● Task item
The span to repeat in the listing below runs from the line containing "f 386 315 385" to the line containing "f 169 354 357", inclusive. Repeat it exactly, and only it.

● Dataset entries
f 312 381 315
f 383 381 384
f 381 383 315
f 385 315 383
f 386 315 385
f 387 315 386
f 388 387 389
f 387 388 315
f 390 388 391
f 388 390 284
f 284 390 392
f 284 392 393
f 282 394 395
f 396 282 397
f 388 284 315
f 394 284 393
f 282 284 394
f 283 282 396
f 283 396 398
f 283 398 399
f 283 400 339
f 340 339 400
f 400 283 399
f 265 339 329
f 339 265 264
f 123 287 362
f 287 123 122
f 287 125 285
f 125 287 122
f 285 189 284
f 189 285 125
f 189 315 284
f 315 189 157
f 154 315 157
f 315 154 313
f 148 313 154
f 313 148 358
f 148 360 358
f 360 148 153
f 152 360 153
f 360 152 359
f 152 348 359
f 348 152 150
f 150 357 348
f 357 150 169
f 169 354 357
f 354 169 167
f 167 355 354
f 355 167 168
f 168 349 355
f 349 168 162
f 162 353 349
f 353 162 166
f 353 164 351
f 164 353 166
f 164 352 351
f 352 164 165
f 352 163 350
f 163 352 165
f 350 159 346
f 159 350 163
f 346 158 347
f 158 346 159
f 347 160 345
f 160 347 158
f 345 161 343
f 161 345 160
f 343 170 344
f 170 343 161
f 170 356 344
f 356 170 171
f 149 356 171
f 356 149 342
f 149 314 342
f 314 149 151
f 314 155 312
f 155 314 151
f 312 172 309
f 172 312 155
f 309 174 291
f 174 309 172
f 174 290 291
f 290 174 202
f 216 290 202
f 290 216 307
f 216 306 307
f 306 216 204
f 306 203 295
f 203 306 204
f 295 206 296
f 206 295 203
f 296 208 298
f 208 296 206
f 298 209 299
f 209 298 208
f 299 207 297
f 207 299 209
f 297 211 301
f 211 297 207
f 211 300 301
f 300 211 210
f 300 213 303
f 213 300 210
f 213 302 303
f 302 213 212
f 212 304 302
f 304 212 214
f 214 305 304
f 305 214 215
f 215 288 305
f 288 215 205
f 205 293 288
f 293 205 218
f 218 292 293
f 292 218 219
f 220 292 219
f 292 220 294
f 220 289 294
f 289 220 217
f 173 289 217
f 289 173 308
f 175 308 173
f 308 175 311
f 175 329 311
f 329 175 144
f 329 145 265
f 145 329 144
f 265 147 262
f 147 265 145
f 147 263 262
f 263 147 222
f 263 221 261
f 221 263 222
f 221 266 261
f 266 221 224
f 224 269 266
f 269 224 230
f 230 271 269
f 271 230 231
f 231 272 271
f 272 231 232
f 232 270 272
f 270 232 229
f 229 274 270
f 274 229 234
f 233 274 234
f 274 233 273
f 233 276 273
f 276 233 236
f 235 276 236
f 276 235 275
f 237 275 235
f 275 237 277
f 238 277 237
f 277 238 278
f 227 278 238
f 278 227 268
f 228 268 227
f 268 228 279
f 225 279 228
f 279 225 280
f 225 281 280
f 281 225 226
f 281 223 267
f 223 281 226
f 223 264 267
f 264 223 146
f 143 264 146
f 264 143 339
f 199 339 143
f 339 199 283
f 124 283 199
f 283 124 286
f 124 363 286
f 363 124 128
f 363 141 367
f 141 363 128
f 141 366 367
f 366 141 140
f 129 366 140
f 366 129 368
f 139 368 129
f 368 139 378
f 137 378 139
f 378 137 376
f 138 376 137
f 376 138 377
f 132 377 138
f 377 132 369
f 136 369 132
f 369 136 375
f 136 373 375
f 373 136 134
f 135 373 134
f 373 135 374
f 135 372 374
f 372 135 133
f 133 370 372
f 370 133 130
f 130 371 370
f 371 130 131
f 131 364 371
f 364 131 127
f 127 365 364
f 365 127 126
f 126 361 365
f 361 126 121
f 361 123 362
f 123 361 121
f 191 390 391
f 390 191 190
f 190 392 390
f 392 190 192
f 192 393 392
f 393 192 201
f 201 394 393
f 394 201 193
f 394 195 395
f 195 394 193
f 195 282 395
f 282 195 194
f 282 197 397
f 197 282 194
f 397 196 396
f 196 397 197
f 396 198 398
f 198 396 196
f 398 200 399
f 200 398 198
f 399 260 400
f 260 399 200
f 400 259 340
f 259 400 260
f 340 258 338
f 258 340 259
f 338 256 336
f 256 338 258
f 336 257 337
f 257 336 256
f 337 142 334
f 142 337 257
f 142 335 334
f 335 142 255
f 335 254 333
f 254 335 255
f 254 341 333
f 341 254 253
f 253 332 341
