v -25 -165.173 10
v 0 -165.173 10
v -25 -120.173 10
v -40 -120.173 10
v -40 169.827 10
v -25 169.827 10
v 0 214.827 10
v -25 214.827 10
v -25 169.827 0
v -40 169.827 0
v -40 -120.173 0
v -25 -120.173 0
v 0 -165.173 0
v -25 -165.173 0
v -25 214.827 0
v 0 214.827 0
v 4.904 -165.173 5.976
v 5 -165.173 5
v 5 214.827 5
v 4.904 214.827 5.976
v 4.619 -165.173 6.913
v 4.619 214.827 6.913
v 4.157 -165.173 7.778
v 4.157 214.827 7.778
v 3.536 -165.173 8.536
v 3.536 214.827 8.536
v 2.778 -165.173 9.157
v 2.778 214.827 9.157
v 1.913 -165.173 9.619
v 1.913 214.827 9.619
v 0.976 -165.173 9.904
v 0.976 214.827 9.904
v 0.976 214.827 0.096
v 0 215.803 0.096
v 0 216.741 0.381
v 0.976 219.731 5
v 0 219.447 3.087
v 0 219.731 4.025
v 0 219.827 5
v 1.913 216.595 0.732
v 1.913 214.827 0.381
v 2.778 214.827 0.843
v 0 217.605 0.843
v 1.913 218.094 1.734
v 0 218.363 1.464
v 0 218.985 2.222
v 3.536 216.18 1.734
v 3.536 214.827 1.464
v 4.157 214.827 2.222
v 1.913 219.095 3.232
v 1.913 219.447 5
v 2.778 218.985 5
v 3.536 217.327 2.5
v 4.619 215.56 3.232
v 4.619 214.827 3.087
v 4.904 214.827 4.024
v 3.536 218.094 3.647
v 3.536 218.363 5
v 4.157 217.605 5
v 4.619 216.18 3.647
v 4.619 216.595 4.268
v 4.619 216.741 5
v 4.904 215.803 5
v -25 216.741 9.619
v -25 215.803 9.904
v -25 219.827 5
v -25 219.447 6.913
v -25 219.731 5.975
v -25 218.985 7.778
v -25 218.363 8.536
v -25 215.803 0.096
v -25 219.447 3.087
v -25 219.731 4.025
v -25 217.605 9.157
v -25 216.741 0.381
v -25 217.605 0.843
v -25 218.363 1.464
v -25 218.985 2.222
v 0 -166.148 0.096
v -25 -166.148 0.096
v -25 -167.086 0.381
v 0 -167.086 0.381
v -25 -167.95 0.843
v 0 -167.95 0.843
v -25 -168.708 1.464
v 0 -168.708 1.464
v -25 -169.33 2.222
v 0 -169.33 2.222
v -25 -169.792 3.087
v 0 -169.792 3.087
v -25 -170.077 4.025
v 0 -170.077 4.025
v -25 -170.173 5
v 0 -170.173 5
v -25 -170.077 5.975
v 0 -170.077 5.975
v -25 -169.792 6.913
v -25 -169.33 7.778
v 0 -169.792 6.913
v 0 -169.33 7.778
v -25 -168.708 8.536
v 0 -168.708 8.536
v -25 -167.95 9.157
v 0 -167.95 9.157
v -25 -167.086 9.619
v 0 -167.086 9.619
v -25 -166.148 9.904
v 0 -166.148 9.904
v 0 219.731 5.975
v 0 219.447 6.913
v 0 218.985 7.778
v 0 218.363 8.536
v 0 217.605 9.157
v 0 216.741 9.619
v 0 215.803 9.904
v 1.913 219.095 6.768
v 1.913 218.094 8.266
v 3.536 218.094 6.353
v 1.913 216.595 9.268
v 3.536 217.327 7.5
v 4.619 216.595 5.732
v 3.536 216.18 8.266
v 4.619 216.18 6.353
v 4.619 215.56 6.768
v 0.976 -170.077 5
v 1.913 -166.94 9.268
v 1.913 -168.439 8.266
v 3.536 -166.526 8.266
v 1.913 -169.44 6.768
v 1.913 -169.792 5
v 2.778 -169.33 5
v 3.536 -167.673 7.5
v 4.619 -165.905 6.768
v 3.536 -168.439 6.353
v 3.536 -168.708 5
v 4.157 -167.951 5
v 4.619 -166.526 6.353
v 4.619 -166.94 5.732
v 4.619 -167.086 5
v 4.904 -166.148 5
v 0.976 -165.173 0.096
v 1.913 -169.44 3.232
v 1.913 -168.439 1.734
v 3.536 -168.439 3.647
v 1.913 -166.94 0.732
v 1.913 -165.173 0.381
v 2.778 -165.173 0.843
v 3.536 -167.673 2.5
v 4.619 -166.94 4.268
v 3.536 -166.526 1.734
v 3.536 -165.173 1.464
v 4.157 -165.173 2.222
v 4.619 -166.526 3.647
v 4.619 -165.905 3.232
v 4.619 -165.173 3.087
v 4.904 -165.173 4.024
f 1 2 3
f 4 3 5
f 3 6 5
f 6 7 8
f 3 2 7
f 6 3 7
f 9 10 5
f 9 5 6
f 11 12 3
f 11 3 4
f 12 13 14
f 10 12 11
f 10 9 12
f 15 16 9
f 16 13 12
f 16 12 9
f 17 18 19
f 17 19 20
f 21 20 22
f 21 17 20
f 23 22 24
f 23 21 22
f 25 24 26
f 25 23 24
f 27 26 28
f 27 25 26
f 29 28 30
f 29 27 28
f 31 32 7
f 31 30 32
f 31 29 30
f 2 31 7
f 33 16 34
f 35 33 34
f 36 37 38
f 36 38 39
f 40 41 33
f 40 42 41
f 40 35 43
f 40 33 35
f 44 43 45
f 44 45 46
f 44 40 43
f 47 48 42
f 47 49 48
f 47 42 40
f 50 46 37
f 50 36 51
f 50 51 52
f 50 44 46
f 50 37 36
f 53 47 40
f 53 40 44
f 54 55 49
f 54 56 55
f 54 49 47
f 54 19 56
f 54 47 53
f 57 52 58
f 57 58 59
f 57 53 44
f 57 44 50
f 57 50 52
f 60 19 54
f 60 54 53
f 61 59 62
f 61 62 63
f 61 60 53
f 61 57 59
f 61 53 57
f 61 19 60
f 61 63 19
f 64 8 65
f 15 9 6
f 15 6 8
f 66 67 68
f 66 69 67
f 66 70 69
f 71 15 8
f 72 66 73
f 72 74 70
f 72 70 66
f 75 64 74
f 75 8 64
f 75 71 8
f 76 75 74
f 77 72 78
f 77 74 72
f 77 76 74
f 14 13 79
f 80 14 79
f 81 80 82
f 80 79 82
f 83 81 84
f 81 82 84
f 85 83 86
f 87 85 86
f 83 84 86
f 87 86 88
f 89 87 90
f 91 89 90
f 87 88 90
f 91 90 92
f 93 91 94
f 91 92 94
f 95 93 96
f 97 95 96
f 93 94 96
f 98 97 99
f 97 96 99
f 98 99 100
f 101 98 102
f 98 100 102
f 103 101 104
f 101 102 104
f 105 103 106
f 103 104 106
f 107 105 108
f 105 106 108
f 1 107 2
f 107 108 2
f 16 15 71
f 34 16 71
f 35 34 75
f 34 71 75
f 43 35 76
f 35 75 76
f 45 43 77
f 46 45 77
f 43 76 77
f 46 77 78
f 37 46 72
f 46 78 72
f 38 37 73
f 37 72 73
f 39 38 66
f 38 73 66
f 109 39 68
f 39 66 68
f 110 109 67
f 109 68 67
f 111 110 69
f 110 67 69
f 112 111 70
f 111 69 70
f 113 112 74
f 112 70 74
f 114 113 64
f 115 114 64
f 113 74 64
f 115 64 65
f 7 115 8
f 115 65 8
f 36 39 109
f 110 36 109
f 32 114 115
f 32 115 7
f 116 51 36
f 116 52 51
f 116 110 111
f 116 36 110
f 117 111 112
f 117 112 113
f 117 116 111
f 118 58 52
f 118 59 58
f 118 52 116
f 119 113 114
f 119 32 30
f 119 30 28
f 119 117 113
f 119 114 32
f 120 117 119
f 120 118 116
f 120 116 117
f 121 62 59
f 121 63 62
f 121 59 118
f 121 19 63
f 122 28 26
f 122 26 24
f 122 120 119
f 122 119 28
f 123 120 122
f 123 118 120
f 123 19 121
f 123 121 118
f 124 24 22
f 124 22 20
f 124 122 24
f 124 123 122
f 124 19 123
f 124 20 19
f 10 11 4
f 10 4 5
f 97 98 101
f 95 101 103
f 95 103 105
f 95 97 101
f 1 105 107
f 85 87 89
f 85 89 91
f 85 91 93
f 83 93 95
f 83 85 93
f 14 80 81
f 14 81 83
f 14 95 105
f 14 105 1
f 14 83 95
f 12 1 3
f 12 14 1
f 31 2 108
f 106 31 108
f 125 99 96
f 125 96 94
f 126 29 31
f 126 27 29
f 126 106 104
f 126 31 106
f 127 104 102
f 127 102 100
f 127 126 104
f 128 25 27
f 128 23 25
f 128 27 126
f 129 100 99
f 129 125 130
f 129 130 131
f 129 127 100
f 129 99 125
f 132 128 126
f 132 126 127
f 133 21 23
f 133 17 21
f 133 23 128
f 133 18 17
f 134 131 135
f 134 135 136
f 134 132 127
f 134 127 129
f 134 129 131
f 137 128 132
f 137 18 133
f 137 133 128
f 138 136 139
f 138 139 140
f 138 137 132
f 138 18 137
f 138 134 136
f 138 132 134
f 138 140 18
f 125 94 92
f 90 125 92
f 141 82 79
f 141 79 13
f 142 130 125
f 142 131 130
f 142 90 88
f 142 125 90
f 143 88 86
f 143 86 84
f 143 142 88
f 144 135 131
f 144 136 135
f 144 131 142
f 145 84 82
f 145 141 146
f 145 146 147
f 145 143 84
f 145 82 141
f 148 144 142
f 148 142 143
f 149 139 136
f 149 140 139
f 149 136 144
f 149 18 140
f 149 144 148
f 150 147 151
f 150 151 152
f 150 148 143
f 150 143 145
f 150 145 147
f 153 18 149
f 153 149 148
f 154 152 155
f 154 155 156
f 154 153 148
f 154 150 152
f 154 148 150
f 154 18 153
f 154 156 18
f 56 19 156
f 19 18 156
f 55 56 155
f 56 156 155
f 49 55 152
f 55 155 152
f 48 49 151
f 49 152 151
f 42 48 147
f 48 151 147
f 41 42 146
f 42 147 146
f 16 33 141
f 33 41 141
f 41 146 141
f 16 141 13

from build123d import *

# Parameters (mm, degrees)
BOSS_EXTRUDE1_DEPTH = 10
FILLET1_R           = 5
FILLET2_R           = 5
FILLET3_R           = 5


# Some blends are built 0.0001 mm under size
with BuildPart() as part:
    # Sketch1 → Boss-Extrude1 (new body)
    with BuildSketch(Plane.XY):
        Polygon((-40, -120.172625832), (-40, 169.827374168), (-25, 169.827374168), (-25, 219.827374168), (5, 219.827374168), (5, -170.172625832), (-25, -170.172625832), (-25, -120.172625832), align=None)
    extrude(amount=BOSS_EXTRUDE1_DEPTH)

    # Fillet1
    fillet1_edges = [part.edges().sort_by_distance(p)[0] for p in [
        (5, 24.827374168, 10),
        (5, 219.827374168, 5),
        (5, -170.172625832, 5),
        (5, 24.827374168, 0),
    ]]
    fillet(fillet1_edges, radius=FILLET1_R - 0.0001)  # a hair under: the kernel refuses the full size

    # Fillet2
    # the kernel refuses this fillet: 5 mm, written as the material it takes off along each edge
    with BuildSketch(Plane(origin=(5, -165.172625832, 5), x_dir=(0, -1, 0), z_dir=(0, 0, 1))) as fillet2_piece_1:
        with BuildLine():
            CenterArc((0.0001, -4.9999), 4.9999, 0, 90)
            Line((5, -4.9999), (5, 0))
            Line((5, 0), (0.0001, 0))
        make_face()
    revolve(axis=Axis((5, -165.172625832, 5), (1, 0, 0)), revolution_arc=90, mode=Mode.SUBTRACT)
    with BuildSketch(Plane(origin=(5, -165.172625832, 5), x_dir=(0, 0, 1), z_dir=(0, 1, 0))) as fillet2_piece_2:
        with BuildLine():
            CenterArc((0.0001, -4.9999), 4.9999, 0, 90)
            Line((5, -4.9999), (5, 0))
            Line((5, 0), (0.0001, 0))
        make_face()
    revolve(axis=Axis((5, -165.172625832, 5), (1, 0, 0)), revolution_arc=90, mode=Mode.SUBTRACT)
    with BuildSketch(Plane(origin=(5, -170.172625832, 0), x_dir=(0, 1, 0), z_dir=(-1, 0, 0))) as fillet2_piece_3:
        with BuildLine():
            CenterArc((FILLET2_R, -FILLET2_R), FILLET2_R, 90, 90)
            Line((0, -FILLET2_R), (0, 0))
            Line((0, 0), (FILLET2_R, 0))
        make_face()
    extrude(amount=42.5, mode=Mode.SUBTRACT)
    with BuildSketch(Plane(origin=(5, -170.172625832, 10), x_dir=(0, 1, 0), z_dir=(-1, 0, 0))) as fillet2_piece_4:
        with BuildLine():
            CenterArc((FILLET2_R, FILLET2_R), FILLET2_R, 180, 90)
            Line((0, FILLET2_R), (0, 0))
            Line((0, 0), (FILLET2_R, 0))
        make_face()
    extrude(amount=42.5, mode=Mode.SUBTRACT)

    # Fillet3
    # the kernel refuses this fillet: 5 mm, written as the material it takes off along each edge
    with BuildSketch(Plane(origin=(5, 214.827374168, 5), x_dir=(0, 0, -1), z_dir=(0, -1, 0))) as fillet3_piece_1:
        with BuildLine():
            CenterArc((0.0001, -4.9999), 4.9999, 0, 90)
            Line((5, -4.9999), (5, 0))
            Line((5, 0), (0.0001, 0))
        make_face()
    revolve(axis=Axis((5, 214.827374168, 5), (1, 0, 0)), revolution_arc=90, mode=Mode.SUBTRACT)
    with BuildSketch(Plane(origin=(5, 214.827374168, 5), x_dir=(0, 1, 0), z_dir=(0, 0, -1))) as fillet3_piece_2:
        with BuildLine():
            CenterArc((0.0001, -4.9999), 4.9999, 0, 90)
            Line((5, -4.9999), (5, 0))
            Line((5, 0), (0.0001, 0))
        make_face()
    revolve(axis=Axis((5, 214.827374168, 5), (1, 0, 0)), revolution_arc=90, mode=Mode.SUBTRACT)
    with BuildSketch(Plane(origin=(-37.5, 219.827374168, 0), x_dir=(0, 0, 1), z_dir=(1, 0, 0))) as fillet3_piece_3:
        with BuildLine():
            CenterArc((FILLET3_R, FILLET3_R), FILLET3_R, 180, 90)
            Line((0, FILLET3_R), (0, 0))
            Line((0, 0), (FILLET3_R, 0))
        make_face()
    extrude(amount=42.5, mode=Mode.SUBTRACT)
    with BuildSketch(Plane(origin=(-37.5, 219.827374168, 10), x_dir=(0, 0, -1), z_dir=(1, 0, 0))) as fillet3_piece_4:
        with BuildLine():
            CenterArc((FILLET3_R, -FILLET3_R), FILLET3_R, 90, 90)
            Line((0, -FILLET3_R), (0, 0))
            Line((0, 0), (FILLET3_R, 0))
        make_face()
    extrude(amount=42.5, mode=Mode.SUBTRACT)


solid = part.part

--

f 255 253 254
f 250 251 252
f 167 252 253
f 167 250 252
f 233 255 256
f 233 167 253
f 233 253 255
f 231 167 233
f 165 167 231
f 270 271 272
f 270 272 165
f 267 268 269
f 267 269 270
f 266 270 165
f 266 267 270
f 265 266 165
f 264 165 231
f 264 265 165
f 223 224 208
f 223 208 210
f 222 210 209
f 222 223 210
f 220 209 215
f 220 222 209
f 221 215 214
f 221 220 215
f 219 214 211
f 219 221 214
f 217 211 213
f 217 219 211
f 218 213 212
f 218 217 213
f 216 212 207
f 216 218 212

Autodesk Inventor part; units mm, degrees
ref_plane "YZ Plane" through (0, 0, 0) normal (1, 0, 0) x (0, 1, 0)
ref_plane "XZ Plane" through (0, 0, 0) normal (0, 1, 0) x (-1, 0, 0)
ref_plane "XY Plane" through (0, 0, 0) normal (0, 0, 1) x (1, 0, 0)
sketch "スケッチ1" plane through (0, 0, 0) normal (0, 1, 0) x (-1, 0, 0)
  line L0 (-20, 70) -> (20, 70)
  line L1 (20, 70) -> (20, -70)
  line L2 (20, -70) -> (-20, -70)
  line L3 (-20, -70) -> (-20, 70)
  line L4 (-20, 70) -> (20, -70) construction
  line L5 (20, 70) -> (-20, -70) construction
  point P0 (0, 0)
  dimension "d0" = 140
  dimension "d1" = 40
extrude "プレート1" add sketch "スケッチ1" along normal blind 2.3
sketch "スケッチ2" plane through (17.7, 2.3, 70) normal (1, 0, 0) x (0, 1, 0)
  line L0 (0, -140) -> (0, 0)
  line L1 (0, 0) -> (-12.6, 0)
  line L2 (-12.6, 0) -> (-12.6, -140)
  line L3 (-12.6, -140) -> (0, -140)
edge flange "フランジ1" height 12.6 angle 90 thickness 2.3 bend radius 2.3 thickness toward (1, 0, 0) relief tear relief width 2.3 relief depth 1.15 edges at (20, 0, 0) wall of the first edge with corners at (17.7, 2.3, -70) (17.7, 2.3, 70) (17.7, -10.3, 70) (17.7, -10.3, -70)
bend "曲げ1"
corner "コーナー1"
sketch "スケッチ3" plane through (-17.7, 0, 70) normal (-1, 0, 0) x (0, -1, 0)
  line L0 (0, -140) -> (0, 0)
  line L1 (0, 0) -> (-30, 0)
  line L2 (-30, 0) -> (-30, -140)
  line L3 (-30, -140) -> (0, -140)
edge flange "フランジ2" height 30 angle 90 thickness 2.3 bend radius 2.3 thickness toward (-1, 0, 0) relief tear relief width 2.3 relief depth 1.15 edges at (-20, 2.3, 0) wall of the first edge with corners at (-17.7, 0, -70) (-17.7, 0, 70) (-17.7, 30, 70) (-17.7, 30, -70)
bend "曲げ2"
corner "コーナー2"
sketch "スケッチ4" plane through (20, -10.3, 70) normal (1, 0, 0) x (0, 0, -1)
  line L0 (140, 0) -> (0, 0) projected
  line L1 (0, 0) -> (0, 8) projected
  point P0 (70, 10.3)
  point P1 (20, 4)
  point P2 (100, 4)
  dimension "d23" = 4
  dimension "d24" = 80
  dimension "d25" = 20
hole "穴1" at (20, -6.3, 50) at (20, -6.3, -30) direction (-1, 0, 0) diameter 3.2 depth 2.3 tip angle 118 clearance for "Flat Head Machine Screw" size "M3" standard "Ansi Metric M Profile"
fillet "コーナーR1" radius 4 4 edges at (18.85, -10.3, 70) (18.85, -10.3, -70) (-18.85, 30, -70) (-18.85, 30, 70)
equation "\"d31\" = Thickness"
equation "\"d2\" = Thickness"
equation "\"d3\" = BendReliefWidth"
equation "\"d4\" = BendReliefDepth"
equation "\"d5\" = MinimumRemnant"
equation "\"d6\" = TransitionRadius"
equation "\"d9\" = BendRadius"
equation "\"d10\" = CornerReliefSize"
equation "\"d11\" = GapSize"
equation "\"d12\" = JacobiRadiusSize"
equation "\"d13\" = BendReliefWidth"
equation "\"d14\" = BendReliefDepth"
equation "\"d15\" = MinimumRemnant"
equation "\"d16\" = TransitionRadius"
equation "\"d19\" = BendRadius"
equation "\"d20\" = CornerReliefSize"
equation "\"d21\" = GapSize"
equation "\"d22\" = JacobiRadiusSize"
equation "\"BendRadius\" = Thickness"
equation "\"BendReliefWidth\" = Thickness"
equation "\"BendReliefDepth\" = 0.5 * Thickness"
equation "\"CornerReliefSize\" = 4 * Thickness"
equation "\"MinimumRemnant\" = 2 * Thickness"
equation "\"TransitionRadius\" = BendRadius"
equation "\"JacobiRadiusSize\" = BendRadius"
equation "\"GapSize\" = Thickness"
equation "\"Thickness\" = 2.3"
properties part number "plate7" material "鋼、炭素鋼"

● Problem solution
f 386 315 385
f 387 315 386
f 388 387 389
f 387 388 315
f 390 388 391
f 388 390 284
f 284 390 392
f 284 392 393
f 282 394 395
f 396 282 397
f 388 284 315
f 394 284 393
f 282 284 394
f 283 282 396
f 283 396 398
f 283 398 399
f 283 400 339
f 340 339 400
f 400 283 399
f 265 339 329
f 339 265 264
f 123 287 362
f 287 123 122
f 287 125 285
f 125 287 122
f 285 189 284
f 189 285 125
f 189 315 284
f 315 189 157
f 154 315 157
f 315 154 313
f 148 313 154
f 313 148 358
f 148 360 358
f 360 148 153
f 152 360 153
f 360 152 359
f 152 348 359
f 348 152 150
f 150 357 348
f 357 150 169
f 169 354 357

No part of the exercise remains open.